-- Entries provided --

***

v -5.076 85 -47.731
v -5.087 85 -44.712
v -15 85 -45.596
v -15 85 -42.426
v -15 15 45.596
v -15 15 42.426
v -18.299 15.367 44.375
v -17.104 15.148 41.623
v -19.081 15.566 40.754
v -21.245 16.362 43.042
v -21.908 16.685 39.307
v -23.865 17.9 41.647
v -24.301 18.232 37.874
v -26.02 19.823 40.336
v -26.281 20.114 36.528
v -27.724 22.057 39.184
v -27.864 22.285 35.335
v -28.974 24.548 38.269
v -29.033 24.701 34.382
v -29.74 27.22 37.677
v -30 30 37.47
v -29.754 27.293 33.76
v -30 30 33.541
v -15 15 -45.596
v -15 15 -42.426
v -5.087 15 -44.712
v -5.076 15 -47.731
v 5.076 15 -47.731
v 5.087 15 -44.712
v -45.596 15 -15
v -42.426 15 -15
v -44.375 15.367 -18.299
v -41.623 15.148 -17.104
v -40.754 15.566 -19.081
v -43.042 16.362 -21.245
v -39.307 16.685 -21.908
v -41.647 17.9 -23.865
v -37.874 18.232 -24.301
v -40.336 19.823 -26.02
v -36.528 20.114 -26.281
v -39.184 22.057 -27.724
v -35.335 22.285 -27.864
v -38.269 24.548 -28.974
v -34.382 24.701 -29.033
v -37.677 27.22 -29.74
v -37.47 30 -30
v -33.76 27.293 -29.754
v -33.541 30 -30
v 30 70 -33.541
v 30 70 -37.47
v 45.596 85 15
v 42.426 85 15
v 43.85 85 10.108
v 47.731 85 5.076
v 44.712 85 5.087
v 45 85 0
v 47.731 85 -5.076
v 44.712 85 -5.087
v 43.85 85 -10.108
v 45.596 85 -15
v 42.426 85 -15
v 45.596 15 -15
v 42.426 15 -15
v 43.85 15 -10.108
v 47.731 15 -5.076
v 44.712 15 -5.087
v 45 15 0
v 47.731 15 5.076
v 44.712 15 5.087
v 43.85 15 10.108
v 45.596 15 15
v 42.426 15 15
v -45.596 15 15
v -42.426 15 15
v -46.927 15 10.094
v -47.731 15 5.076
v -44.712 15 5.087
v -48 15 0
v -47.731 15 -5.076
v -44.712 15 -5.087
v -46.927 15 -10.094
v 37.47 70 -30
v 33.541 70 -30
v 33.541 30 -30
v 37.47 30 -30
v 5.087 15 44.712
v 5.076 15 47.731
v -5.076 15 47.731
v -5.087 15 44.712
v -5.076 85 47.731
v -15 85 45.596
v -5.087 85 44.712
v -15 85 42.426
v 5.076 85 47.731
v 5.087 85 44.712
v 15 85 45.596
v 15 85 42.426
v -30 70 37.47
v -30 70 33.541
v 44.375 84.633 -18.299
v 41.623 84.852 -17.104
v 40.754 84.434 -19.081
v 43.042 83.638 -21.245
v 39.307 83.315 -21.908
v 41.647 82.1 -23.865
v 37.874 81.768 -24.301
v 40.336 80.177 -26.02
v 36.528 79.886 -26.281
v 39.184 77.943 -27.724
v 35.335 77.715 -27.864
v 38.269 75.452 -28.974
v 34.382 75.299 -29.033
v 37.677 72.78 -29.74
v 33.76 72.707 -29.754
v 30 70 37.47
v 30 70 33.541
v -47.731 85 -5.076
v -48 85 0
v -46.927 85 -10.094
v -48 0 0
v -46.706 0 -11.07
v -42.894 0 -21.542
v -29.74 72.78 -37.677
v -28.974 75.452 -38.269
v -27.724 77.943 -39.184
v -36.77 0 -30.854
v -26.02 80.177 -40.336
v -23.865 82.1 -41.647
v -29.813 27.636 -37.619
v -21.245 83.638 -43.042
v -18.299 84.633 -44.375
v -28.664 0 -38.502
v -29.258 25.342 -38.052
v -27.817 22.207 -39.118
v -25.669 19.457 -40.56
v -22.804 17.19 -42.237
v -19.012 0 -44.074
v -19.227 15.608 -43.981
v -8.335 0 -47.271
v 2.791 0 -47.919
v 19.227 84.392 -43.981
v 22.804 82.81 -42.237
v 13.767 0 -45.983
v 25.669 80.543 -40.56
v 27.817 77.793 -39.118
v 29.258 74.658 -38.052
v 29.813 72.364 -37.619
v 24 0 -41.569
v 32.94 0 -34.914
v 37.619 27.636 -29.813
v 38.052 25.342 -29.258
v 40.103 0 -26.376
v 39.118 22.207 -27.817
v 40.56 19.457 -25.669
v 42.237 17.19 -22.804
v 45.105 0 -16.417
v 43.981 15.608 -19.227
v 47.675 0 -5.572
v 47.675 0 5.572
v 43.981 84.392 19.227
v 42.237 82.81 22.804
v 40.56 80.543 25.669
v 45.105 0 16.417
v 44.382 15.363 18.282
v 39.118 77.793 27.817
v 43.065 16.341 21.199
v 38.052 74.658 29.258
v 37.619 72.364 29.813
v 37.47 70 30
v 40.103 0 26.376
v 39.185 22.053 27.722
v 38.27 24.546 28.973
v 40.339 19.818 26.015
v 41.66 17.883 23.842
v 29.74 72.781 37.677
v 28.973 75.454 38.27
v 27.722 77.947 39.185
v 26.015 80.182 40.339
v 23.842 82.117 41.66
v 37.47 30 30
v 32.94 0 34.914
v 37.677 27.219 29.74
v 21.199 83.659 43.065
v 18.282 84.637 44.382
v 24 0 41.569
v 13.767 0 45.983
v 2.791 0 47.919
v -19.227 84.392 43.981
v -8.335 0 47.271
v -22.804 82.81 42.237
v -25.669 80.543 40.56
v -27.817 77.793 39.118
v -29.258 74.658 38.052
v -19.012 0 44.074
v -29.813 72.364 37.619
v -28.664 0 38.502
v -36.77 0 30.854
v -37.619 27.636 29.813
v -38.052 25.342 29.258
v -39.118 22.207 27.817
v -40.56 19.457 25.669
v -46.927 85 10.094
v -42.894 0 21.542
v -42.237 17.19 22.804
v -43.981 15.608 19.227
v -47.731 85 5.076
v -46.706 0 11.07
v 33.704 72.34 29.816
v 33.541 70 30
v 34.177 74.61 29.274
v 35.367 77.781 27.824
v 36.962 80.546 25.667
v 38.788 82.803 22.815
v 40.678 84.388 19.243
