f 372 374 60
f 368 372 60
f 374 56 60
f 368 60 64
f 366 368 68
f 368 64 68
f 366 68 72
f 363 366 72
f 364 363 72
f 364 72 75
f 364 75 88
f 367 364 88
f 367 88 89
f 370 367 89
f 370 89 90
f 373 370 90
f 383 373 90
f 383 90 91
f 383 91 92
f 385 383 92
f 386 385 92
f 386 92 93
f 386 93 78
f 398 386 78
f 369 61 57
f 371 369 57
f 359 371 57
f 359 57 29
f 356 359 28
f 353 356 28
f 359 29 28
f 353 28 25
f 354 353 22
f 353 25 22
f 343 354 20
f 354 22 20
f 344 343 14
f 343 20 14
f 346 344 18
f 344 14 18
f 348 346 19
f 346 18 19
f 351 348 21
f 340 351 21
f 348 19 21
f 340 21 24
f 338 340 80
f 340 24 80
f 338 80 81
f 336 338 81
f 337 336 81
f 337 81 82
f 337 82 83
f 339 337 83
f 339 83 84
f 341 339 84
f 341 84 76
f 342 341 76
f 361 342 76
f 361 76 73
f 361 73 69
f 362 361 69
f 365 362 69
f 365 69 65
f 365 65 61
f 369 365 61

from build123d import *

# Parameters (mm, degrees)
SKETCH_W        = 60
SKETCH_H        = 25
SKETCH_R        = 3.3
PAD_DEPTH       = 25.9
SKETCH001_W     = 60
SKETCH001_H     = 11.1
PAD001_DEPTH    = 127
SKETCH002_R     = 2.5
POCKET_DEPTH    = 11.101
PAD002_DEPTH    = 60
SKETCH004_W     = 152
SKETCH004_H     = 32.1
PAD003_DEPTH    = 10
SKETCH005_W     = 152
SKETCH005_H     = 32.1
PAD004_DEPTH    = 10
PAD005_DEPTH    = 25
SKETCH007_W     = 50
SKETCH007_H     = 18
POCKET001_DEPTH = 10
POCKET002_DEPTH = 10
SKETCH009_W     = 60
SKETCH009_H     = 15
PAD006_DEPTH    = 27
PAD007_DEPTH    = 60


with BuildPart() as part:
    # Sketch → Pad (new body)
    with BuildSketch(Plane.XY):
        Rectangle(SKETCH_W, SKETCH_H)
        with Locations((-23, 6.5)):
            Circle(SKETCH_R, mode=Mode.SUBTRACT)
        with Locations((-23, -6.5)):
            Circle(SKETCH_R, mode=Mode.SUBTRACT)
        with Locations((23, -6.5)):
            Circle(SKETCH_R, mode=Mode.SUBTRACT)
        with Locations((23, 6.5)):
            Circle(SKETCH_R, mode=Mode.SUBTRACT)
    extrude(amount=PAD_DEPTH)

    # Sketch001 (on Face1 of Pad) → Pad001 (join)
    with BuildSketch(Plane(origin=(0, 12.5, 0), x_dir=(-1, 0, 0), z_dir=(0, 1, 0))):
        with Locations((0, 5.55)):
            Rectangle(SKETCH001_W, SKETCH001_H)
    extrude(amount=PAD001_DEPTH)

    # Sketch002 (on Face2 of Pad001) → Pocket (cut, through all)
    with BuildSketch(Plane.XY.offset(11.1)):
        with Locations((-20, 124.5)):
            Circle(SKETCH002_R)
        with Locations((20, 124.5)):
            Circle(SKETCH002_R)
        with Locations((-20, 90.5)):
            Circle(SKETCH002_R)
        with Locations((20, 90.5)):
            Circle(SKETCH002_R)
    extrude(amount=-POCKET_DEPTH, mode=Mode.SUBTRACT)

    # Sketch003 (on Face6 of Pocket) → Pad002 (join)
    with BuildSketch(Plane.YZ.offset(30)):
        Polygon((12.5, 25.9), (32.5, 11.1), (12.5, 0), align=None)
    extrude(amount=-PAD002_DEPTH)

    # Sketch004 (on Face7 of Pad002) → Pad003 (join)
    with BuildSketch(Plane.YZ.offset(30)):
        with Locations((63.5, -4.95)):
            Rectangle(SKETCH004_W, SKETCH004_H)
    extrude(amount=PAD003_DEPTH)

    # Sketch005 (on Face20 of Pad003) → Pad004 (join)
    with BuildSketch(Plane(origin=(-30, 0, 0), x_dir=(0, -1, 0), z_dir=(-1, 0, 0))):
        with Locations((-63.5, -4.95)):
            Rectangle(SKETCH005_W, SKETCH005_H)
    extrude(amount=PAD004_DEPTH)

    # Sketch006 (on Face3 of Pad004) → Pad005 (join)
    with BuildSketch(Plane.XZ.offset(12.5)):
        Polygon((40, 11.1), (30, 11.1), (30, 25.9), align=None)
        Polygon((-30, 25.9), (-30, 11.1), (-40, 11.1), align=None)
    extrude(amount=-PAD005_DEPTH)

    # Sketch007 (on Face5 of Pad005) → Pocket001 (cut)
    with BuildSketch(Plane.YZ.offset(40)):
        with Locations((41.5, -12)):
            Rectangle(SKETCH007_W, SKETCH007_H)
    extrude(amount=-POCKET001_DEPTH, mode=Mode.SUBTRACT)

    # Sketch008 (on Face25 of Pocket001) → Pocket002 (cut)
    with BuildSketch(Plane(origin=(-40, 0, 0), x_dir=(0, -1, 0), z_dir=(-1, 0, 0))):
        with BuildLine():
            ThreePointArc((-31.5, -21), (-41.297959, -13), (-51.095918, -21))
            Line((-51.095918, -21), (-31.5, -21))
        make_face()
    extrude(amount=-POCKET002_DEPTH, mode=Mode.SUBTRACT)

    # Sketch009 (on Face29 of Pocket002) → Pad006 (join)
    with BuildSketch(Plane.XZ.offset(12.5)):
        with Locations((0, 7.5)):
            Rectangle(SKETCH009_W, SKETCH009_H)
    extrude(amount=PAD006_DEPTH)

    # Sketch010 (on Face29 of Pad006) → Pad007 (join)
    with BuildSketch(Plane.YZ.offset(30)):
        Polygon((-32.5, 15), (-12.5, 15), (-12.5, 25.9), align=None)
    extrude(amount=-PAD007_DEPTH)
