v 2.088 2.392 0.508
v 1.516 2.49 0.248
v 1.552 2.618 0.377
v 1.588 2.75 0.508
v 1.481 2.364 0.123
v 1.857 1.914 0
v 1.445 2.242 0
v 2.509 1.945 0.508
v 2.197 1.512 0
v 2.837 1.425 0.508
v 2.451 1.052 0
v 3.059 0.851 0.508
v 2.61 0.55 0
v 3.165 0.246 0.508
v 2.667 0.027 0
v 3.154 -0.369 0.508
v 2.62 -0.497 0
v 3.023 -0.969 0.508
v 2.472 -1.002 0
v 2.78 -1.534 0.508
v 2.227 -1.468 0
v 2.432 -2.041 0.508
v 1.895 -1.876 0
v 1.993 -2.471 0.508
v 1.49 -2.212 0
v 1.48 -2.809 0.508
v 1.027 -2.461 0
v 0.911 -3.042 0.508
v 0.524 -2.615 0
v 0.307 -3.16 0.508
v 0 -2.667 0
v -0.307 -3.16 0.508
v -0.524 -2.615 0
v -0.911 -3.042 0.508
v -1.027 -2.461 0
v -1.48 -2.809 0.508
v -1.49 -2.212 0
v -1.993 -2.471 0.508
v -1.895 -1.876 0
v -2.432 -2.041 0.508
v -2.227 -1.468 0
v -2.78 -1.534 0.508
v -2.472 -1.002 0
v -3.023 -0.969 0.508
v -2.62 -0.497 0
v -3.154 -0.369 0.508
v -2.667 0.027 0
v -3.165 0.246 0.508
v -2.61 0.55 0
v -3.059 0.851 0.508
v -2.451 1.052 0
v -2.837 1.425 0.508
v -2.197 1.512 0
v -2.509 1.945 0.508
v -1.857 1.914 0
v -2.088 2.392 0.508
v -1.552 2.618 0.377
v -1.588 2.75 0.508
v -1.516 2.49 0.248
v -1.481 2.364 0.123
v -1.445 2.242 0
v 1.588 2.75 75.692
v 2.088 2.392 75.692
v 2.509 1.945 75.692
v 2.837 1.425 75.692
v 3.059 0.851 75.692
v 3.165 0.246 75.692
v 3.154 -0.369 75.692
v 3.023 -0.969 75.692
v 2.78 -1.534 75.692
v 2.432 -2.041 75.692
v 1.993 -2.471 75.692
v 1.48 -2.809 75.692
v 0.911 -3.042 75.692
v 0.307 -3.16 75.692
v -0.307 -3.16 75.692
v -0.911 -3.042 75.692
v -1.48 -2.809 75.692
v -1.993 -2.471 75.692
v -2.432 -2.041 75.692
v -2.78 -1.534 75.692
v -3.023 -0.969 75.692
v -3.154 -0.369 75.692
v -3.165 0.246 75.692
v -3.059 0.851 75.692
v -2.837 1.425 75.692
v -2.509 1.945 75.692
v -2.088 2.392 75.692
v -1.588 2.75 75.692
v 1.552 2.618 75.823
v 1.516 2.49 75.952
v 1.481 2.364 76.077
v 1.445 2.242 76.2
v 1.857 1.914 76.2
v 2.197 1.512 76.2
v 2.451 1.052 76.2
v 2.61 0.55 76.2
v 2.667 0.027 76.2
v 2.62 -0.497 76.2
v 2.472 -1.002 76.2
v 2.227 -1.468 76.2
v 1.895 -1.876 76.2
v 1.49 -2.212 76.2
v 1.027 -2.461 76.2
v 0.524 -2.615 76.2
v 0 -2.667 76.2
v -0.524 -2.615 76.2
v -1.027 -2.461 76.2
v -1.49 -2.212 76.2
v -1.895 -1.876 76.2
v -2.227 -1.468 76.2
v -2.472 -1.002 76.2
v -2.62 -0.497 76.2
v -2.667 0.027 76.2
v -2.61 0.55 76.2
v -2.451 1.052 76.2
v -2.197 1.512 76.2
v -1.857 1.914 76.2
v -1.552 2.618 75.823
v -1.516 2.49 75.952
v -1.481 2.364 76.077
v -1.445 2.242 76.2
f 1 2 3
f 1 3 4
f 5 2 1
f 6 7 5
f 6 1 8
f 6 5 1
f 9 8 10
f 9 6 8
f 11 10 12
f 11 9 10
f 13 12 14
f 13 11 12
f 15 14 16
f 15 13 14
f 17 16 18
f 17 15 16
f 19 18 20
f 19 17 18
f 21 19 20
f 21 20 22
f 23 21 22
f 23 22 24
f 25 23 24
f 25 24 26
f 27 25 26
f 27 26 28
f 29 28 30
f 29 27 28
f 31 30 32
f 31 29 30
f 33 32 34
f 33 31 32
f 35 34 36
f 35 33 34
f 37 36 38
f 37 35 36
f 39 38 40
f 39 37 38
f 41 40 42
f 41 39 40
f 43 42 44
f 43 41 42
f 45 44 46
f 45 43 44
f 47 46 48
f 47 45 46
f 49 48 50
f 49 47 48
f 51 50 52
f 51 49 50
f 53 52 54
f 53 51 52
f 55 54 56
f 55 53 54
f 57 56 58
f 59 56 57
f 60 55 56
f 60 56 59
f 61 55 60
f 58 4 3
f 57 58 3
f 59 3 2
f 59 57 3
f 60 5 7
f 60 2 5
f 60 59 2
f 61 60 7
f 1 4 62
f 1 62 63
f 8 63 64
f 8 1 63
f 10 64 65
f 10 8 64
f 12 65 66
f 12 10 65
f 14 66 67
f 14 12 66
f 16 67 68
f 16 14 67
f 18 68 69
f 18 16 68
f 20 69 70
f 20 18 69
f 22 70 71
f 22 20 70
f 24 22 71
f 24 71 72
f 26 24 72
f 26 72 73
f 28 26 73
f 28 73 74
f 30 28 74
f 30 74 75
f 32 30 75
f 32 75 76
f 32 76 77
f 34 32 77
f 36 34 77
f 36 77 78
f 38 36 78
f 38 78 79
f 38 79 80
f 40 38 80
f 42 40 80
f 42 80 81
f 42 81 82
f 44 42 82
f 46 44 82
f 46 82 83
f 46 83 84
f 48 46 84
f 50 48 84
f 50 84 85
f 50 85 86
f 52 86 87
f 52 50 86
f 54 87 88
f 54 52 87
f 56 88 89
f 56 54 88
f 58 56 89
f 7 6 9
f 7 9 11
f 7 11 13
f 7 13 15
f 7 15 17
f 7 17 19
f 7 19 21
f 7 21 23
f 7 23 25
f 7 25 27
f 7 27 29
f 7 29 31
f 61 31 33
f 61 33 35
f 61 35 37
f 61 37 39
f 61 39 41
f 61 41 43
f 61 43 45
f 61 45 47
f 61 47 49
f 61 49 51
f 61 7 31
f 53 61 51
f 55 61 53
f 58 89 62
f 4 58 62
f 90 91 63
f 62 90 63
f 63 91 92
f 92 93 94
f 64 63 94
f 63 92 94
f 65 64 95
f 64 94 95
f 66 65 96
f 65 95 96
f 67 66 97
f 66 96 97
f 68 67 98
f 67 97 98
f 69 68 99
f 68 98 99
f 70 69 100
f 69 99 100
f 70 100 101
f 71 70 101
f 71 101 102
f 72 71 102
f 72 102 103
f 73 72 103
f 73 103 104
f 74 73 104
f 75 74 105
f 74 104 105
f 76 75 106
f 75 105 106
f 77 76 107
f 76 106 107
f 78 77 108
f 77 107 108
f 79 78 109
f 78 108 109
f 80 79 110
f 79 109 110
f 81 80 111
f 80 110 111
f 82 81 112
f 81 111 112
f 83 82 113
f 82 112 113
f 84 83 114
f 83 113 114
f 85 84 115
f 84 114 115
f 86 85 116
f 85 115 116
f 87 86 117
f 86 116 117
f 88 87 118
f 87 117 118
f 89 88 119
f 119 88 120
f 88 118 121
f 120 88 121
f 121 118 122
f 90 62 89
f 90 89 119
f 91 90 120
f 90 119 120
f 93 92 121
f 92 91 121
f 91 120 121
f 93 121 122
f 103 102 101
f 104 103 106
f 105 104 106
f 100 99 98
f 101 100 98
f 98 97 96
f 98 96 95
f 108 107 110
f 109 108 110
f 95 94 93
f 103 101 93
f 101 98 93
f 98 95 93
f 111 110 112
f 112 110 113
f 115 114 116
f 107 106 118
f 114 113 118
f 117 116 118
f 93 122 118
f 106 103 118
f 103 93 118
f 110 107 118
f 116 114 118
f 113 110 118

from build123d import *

# Parameters (mm, degrees)
BOSS_EXTRUDE1_DEPTH = 76.2
CHAMFER1_SIZE       = 0.508


with BuildPart() as part:
    # Sketch1 → Boss-Extrude1 (new body)
    with BuildSketch(Plane.XY):
        with BuildLine():
            Line((-1.5875, 2.749630657), (1.5875, 2.749630657))
            ThreePointArc((1.5875, 2.749630657), (0, -3.175), (-1.5875, 2.749630657))
        make_face()
    extrude(amount=BOSS_EXTRUDE1_DEPTH)

    # Chamfer1
    # the kernel refuses this chamfer: 0.508 mm, written as the material it takes off along each edge
    with BuildSketch(Plane(origin=(-2.893914958, 2.749630657, 0), x_dir=(0, 0.027495876610586435, 0.9996219169112968), z_dir=(1, 0, 0))) as chamfer1_piece_1:
        Polygon((CHAMFER1_SIZE * 0.999621916911, CHAMFER1_SIZE * 0.0274958766106), (-CHAMFER1_SIZE * 0.0274958766106, CHAMFER1_SIZE * 0.999621916911), (0, 0), align=None)
    extrude(amount=5.787829916, mode=Mode.SUBTRACT)
    with BuildSketch(Plane(origin=(0, 0, 0), x_dir=(0.11006425826792274, 0.9939244735149306, 0), z_dir=(-0.9939244735149306, 0.11006425826792274, 0))) as chamfer1_piece_2:
        Polygon((3.175, -CHAMFER1_SIZE), (3.175 - CHAMFER1_SIZE, 0), (3.175, 0), align=None)
    revolve(axis=Axis((0, 0, 0), (0, 0, -1)), revolution_arc=347.361960422, mode=Mode.SUBTRACT)
    with BuildSketch(Plane(origin=(0, 0, 76.2), x_dir=(0.11006425826792288, 0.9939244735149306, 0), z_dir=(-0.9939244735149306, 0.11006425826792288, 0))) as chamfer1_piece_3:
        Polygon((3.175, CHAMFER1_SIZE), (3.175 - CHAMFER1_SIZE, 0), (3.175, 0), align=None)
    revolve(axis=Axis((0, 0, 76.2), (0, 0, -1)), revolution_arc=347.361960422, mode=Mode.SUBTRACT)
    with BuildSketch(Plane(origin=(-2.893914958, 2.749630657, 76.2), x_dir=(0, 0.027495876610587017, -0.9996219169112968), z_dir=(1, 0, 0))) as chamfer1_piece_4:
        Polygon((CHAMFER1_SIZE * 0.999621916911, -CHAMFER1_SIZE * 0.0274958766106), (-CHAMFER1_SIZE * 0.0274958766106, -CHAMFER1_SIZE * 0.999621916911), (0, 0), align=None)
    extrude(amount=5.787829916, mode=Mode.SUBTRACT)


solid = part.part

***

-- To do --
Please report only the number of lines above that include "join".

-- Written response --
7